RECORDS =>
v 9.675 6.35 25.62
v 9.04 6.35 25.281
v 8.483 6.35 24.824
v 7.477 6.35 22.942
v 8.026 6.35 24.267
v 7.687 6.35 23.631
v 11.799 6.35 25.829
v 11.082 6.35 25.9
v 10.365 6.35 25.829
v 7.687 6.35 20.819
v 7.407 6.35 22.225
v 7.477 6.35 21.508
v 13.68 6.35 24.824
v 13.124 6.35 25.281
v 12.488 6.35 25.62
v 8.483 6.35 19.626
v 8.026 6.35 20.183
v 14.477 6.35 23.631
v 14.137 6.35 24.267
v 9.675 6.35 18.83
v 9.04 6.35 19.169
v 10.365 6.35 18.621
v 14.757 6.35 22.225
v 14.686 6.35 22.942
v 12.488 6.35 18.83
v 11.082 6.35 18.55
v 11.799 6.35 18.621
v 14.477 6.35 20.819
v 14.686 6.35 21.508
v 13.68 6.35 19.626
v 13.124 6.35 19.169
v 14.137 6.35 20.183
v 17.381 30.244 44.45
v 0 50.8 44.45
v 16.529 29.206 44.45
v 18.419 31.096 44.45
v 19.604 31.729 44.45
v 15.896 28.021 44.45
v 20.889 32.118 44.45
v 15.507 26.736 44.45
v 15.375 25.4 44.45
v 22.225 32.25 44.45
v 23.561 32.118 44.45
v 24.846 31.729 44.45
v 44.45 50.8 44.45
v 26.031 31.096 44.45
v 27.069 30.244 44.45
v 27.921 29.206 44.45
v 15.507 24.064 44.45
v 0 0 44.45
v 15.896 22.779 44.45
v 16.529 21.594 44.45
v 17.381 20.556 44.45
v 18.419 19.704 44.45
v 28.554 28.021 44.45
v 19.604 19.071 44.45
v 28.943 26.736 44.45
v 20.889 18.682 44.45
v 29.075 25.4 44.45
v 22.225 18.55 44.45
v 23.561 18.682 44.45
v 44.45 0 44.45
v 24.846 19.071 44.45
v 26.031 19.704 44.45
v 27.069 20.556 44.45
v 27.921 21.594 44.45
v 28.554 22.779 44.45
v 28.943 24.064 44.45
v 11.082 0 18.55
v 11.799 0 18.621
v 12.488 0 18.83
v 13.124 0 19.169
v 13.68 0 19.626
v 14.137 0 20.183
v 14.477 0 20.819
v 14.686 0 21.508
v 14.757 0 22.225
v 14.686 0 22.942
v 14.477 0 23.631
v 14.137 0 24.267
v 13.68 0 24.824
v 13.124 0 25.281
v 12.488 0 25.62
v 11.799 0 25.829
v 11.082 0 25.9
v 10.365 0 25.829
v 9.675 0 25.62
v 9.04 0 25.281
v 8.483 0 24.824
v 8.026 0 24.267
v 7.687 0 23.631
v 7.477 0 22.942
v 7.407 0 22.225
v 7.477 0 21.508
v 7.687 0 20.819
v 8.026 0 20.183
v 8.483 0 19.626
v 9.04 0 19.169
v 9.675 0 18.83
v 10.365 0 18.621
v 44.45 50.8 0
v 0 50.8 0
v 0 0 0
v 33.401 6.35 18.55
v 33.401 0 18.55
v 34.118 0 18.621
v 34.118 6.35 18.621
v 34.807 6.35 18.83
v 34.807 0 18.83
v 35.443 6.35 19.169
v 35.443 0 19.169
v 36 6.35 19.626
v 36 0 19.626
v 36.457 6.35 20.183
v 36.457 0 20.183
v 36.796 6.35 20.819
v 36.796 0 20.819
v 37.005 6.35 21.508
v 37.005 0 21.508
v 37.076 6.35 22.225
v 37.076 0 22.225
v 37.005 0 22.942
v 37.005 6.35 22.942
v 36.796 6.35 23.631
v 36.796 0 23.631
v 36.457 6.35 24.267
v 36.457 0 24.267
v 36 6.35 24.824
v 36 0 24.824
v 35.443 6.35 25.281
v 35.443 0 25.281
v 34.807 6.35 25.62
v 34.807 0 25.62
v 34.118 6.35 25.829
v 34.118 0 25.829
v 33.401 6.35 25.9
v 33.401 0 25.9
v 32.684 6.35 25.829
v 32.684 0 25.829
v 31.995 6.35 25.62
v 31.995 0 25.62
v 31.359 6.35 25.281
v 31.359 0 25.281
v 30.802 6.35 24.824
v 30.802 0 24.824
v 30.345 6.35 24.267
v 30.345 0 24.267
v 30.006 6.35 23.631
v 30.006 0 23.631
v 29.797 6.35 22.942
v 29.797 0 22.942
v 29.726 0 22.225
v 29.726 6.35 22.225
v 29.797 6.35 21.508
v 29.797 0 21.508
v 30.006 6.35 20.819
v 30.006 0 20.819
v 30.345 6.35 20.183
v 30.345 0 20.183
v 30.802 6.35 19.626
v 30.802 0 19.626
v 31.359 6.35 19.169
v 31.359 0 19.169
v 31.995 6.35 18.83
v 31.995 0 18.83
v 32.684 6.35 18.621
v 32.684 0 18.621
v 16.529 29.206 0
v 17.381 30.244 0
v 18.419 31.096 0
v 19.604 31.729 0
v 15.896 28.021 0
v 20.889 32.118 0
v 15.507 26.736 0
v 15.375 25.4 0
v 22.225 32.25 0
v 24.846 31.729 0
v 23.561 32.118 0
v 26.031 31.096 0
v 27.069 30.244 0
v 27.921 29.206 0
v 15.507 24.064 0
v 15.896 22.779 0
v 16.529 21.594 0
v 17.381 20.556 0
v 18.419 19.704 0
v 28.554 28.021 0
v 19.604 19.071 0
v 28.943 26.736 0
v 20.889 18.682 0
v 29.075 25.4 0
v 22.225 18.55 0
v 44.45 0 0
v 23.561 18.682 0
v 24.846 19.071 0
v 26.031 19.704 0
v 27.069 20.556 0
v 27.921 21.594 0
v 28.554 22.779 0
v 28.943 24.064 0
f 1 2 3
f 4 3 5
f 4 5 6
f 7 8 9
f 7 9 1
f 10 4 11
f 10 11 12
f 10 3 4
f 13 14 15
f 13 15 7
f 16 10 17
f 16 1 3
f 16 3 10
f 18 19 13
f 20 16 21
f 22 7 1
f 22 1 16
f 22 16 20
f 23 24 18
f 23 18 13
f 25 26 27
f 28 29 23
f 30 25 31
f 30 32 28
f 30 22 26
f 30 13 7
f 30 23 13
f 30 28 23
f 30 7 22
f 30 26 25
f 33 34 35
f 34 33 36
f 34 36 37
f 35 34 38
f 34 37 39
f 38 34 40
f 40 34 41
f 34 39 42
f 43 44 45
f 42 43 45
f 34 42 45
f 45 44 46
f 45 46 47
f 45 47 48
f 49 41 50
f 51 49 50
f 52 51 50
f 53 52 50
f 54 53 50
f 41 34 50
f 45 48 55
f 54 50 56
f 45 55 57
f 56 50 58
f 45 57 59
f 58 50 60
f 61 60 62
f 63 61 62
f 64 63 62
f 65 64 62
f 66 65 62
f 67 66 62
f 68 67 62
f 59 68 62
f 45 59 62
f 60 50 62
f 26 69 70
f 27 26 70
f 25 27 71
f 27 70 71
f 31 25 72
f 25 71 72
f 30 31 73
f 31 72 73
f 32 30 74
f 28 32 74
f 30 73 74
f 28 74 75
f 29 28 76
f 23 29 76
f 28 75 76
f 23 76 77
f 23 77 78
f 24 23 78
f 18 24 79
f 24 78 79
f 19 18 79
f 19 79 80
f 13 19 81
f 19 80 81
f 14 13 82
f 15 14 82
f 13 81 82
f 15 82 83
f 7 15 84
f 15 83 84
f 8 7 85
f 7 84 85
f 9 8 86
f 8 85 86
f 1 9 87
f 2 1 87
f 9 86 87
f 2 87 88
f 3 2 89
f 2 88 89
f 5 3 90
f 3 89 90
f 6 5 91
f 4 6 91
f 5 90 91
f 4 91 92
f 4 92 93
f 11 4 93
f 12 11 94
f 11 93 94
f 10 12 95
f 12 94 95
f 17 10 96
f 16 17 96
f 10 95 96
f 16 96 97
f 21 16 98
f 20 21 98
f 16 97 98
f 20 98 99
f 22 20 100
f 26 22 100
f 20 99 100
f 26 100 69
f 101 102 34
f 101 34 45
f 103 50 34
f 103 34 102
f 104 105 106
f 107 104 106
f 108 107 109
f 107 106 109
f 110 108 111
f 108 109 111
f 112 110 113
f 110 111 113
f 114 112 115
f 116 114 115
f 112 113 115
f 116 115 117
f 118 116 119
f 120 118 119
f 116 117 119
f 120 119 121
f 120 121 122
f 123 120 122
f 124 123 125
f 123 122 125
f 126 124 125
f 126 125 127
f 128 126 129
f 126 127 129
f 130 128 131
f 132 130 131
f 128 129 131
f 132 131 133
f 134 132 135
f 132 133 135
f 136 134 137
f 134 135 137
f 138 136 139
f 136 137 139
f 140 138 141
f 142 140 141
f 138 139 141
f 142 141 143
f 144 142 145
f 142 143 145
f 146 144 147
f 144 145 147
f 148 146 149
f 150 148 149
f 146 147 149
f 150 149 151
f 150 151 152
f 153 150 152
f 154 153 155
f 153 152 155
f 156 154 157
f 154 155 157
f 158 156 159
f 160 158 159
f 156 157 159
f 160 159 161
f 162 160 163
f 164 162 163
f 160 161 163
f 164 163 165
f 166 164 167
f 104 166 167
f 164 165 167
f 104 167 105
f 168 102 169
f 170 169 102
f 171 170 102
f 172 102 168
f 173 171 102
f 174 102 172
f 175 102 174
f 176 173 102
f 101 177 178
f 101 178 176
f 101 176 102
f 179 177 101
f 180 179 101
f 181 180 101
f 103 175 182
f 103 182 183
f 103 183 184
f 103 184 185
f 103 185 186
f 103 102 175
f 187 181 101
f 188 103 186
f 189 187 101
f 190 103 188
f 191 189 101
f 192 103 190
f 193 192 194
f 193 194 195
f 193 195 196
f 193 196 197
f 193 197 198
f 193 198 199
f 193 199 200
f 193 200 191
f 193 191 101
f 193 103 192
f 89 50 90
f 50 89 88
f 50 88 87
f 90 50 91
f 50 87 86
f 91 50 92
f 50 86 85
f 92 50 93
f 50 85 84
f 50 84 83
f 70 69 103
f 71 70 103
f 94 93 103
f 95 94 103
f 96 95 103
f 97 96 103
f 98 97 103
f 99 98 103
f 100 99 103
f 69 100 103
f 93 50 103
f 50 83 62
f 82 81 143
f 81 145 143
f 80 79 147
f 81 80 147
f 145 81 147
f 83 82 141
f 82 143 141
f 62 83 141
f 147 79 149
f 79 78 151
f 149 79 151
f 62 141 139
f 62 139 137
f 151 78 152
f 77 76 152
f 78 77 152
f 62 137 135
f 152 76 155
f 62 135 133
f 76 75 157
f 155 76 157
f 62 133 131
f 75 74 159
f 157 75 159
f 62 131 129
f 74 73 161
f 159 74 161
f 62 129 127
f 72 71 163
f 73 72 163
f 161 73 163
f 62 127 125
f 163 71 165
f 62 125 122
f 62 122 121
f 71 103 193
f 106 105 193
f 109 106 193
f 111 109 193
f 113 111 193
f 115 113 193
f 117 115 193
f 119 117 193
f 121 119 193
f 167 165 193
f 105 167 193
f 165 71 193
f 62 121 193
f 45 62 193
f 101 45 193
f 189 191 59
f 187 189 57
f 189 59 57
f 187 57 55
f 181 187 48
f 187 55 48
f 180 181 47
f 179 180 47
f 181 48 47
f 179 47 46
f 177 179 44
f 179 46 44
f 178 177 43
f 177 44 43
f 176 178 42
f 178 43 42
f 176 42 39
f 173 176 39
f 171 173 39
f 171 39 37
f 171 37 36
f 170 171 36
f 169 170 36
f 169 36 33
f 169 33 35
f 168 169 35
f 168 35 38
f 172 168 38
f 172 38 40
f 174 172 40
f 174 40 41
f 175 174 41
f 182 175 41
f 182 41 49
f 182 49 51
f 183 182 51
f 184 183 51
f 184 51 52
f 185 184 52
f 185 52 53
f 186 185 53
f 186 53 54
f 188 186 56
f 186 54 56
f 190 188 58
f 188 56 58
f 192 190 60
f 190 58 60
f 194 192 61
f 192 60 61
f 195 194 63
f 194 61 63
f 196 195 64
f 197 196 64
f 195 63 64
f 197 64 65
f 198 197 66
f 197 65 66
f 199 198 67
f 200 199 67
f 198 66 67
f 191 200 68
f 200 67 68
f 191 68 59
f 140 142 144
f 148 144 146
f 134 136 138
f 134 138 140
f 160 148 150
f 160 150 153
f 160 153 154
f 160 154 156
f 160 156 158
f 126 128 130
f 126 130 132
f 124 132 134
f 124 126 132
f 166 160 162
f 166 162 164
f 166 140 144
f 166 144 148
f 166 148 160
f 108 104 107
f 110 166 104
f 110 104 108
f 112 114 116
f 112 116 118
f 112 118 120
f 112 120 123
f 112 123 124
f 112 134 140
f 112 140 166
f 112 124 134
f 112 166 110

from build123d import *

# Parameters (mm, degrees)
SKETCH2_W           = 44.45
SKETCH2_H           = 44.45
BOSS_EXTRUDE1_DEPTH = 50.8
SKETCH3_R           = 6.849999
CUT_EXTRUDE1_DEPTH  = 50.8
SKETCH4_R           = 3.674999
CUT_EXTRUDE2_DEPTH  = 6.35


with BuildPart() as part:
    # Sketch2 → Boss-Extrude1 (new body)
    with BuildSketch(Plane(origin=(0, 0, 0), x_dir=(1, 0, 0), z_dir=(0, 1, 0))):
        with Locations((22.225, -22.225)):
            Rectangle(SKETCH2_W, SKETCH2_H)
    extrude(amount=BOSS_EXTRUDE1_DEPTH)

    # Sketch3 → Cut-Extrude1 (cut)
    with BuildSketch(Plane.XY.offset(44.45)):
        with Locations((22.225, 25.4)):
            Circle(SKETCH3_R)
    extrude(amount=-CUT_EXTRUDE1_DEPTH, mode=Mode.SUBTRACT)

    # Sketch4 → Cut-Extrude2 (cut)
    with BuildSketch(Plane.XZ):
        with Locations(Location((11.08184529, 22.225, 0), (0, 0, 270))):  # turned: the seam where the file's is
            Circle(SKETCH4_R)
        with Locations(Location((33.401, 22.225, 0), (0, 0, 270))):  # turned: the seam where the file's is
            Circle(SKETCH4_R)
    extrude(amount=-CUT_EXTRUDE2_DEPTH, mode=Mode.SUBTRACT)


solid = part.part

DIRECTIONS FOR THIS TASK => Go through the material above and output exactly the lines from the one containing "v 44.45 0 44.45" through the one containing "v 30.802 0 24.824".

RESPONSE FOR THIS EXERCISE =>
v 44.45 0 44.45
v 24.846 19.071 44.45
v 26.031 19.704 44.45
v 27.069 20.556 44.45
v 27.921 21.594 44.45
v 28.554 22.779 44.45
v 28.943 24.064 44.45
v 11.082 0 18.55
v 11.799 0 18.621
v 12.488 0 18.83
v 13.124 0 19.169
v 13.68 0 19.626
v 14.137 0 20.183
v 14.477 0 20.819
v 14.686 0 21.508
v 14.757 0 22.225
v 14.686 0 22.942
v 14.477 0 23.631
v 14.137 0 24.267
v 13.68 0 24.824
v 13.124 0 25.281
v 12.488 0 25.62
v 11.799 0 25.829
v 11.082 0 25.9
v 10.365 0 25.829
v 9.675 0 25.62
v 9.04 0 25.281
v 8.483 0 24.824
v 8.026 0 24.267
v 7.687 0 23.631
v 7.477 0 22.942
v 7.407 0 22.225
v 7.477 0 21.508
v 7.687 0 20.819
v 8.026 0 20.183
v 8.483 0 19.626
v 9.04 0 19.169
v 9.675 0 18.83
v 10.365 0 18.621
v 44.45 50.8 0
v 0 50.8 0
v 0 0 0
v 33.401 6.35 18.55
v 33.401 0 18.55
v 34.118 0 18.621
v 34.118 6.35 18.621
v 34.807 6.35 18.83
v 34.807 0 18.83
v 35.443 6.35 19.169
v 35.443 0 19.169
v 36 6.35 19.626
v 36 0 19.626
v 36.457 6.35 20.183
v 36.457 0 20.183
v 36.796 6.35 20.819
v 36.796 0 20.819
v 37.005 6.35 21.508
v 37.005 0 21.508
v 37.076 6.35 22.225
v 37.076 0 22.225
v 37.005 0 22.942
v 37.005 6.35 22.942
v 36.796 6.35 23.631
v 36.796 0 23.631
v 36.457 6.35 24.267
v 36.457 0 24.267
v 36 6.35 24.824
v 36 0 24.824
v 35.443 6.35 25.281
v 35.443 0 25.281
v 34.807 6.35 25.62
v 34.807 0 25.62
v 34.118 6.35 25.829
v 34.118 0 25.829
v 33.401 6.35 25.9
v 33.401 0 25.9
v 32.684 6.35 25.829
v 32.684 0 25.829
v 31.995 6.35 25.62
v 31.995 0 25.62
v 31.359 6.35 25.281
v 31.359 0 25.281
v 30.802 6.35 24.824
v 30.802 0 24.824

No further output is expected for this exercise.